If you’re 65 or older, you still might qualify for this valuable tax break


a man stands in the center of the frame, watching people walk past. the people are holding giant one hundred dollar bills
Rob Dobi

Millions of low- and moderate-income American workers can cut their federal income tax bill each year with the earned income tax credit (EITC). The credit might even put cash back in their pockets.

“Low-income workers may receive a tax refund, even if they do not expect it,” says Maxim Shvedov, senior strategic policy advisor with AARP Public Policy Institute. “This is particularly true in 2026, both because of the earned income tax credit and 2025 tax law changes. For these workers, it may be worthwhile to run the numbers using an online tax calculator or at an in-person tax assistance clinic, such as AARP Foundation Tax-Aide.”

The EITC is worth more if you have one or more qualifying children, but many people without children can still claim a tax break. However, workers 65 and older can only claim the credit in limited circumstances, such as if they have a spouse younger than 65 or a child or grandchild who meets certain IRS qualifications.

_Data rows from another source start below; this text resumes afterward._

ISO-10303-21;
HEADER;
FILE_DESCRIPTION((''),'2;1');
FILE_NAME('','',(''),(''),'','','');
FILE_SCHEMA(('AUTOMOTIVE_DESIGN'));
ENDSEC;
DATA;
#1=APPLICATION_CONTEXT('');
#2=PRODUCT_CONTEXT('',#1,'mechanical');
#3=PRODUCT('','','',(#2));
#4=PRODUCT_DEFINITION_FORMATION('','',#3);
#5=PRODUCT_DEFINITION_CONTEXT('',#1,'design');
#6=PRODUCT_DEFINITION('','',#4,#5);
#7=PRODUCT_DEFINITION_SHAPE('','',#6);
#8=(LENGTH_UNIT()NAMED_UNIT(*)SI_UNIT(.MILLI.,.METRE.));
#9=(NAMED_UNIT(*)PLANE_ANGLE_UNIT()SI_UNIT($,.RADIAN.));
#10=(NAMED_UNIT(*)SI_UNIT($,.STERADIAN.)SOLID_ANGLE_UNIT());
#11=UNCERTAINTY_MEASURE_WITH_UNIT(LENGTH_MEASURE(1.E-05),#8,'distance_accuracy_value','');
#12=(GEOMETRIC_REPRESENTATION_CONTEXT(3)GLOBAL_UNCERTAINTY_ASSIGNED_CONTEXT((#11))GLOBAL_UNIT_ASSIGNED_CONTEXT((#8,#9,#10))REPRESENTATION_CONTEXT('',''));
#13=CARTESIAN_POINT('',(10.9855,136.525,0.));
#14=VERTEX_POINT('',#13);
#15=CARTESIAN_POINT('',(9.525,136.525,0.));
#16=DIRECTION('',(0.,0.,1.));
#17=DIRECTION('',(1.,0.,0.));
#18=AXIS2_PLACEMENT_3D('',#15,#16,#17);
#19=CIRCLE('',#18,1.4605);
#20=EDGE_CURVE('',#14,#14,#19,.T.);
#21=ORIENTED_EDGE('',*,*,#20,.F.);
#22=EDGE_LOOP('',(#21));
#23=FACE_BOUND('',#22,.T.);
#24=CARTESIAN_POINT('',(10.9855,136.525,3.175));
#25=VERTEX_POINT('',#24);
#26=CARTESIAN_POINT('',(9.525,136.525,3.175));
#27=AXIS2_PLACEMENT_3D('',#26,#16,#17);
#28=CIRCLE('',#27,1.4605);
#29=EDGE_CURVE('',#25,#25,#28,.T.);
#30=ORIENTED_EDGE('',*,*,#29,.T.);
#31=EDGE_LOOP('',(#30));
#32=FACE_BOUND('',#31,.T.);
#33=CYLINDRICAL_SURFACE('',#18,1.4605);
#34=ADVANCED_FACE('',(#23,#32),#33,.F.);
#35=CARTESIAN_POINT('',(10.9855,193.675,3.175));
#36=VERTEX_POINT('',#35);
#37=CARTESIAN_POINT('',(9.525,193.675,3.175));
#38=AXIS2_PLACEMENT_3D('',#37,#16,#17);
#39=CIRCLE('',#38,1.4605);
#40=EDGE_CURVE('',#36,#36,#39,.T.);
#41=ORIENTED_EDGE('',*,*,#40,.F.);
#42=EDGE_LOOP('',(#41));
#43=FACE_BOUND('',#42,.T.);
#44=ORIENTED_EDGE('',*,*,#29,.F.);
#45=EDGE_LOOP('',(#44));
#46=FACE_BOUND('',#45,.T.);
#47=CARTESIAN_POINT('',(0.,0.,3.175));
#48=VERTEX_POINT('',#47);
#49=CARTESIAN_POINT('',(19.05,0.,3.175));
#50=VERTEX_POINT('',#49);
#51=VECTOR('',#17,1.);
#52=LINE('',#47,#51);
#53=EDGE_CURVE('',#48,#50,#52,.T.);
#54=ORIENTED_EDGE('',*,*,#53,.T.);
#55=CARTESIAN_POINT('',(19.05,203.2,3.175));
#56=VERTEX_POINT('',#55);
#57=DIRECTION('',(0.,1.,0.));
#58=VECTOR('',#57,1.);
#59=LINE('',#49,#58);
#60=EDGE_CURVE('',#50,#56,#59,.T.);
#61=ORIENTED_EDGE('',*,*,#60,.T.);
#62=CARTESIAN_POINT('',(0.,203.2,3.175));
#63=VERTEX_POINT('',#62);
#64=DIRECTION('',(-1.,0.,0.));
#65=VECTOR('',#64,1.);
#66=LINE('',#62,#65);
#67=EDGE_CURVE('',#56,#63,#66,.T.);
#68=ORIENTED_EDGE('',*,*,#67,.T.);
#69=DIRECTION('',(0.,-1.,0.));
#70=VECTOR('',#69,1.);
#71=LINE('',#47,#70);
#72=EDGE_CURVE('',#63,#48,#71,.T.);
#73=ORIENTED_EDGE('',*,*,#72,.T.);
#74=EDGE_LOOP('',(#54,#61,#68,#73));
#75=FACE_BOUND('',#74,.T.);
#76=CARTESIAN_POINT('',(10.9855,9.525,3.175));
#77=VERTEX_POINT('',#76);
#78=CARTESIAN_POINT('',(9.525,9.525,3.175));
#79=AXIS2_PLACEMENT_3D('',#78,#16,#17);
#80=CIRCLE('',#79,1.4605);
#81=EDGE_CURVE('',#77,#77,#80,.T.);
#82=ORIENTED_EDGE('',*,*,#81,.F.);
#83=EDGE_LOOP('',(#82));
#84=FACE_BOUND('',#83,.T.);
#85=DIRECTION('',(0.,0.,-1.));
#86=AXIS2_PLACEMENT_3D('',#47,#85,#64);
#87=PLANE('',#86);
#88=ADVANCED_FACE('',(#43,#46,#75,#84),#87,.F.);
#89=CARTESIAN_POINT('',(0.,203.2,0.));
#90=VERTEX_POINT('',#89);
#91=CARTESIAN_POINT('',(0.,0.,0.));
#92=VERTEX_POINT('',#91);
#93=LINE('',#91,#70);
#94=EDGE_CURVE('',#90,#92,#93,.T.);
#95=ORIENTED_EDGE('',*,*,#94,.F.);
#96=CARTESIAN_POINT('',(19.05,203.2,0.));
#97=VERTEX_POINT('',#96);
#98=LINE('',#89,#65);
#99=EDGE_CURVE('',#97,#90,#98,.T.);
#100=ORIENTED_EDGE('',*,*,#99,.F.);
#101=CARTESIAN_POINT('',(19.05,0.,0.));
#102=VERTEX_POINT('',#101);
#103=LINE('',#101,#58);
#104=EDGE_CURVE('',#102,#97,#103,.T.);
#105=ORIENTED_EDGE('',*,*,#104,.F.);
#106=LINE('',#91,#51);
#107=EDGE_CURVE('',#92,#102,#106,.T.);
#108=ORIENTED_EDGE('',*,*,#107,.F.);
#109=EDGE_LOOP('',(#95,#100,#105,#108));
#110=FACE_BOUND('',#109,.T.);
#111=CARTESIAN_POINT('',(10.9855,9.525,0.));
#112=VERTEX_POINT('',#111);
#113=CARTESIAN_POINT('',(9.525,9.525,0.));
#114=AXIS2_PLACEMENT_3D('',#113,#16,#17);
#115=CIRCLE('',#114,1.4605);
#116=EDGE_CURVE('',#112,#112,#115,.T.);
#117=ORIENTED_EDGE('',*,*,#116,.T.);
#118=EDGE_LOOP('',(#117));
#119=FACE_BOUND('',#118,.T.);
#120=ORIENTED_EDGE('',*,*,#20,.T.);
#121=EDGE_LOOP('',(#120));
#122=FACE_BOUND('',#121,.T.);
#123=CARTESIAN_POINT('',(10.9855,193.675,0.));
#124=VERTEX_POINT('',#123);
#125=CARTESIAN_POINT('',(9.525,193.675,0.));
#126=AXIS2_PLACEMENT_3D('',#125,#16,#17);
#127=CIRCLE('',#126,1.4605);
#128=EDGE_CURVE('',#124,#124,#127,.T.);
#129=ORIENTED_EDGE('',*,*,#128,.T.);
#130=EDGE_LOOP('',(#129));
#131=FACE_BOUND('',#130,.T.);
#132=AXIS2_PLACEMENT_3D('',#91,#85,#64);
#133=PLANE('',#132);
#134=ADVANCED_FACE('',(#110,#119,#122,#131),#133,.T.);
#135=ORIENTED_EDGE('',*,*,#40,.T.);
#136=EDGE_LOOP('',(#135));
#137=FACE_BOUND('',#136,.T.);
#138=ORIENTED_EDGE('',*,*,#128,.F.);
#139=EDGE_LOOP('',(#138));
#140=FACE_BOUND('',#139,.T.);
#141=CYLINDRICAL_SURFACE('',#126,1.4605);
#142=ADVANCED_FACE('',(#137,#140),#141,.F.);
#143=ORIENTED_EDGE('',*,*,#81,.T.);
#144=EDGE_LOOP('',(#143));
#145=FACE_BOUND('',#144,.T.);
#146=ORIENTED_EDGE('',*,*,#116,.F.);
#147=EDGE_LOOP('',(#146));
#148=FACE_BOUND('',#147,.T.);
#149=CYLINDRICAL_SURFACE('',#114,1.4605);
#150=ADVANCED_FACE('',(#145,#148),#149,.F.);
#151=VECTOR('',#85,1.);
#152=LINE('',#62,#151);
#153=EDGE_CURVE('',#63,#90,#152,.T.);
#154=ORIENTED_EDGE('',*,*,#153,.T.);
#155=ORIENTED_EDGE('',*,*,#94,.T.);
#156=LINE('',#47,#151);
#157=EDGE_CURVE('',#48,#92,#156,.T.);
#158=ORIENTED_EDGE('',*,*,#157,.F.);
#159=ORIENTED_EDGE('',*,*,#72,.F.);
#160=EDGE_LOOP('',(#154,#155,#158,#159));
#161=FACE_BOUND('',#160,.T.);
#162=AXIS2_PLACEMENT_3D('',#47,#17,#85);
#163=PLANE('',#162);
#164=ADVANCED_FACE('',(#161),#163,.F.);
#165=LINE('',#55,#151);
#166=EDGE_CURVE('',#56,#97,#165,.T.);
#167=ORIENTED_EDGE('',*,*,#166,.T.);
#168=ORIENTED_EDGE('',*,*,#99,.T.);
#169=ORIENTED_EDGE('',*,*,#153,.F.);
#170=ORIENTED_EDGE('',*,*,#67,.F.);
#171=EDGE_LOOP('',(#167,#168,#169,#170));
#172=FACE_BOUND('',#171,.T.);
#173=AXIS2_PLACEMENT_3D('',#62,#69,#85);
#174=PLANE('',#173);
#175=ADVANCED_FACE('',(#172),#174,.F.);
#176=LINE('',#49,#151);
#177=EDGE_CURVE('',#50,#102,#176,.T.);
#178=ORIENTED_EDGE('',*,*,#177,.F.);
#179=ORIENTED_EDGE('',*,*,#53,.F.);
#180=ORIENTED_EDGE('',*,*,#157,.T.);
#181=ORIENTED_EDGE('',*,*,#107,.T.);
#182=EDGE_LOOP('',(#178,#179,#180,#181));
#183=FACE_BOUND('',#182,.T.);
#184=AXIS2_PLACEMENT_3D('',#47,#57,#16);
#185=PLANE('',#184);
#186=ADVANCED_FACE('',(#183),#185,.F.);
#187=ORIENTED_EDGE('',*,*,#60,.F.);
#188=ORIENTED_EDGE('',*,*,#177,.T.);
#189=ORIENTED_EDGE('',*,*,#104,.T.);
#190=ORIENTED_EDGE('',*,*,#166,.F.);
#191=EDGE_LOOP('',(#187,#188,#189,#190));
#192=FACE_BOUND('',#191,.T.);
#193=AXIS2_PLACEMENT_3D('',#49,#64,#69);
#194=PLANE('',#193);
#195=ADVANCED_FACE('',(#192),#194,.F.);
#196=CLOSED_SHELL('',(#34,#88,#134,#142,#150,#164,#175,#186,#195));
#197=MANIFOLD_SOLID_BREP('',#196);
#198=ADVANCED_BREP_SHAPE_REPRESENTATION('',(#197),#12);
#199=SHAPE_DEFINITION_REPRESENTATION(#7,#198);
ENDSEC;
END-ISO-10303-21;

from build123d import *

# Parameters (mm, degrees)
SKETCH1_W           = 19.05
SKETCH1_H           = 203.2
BOSS_EXTRUDE1_DEPTH = 3.175
SKETCH4_R           = 1.4605
CUT_EXTRUDE1_DEPTH  = 205.115710138


with BuildPart() as part:
    # Sketch1 → Boss-Extrude1 (new body)
    with BuildSketch(Plane.XY):
        with Locations((9.525, 101.6)):
            Rectangle(SKETCH1_W, SKETCH1_H)
    extrude(amount=BOSS_EXTRUDE1_DEPTH)

    # Sketch4 → Cut-Extrude1 (cut, through all)
    with BuildSketch(Plane.XY.offset(3.175)):
        with Locations((9.525, 193.675)):
            Circle(SKETCH4_R)
        with Locations((9.525, 136.525)):
            Circle(SKETCH4_R)
        with Locations((9.525, 9.525)):
            Circle(SKETCH4_R)
    extrude(amount=-CUT_EXTRUDE1_DEPTH, mode=Mode.SUBTRACT)


solid = part.part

Let’s take a closer look at the EITC, including eligibility requirements, potential tax savings, state EITC programs and other key information. If you qualify, this valuable tax credit can save you hundreds of dollars — or, if you have qualified dependents, thousands.

Who qualifies for the earned income tax credit?

You need to satisfy several requirements to claim the EITC. Since the credit is aimed at working Americans, you must have “earned income” to claim it. Wages, salary, tips, earnings from self-employment, and other types of work earnings count. Interest, dividends, pensions, Social Security benefits and unemployment compensation don’t qualify.

At the same time, the EITC is designed to help lower-income people, so you can’t have too much income. For the 2025 tax year, your adjusted gross income must be less than the following amounts in order to claim the credit:

  • Three or more qualifying children: $61,555 for single filers ($68,675 for married couples filing a joint return)
  • Two qualifying children: $57,310 for single filers ($64,430 for married couples filing a joint return)
  • One qualifying child: $50,434 for single filers ($57,544 for married couples filing a joint return)
  • No qualifying children: $19,104 for single filers ($26,214 for married couples filing a joint return)

Under IRS rules, grandchildren or siblings may count as qualifying children in certain circumstances (see below).

You also must have less than $11,950 of investment income to claim the EITC for the 2025 tax year.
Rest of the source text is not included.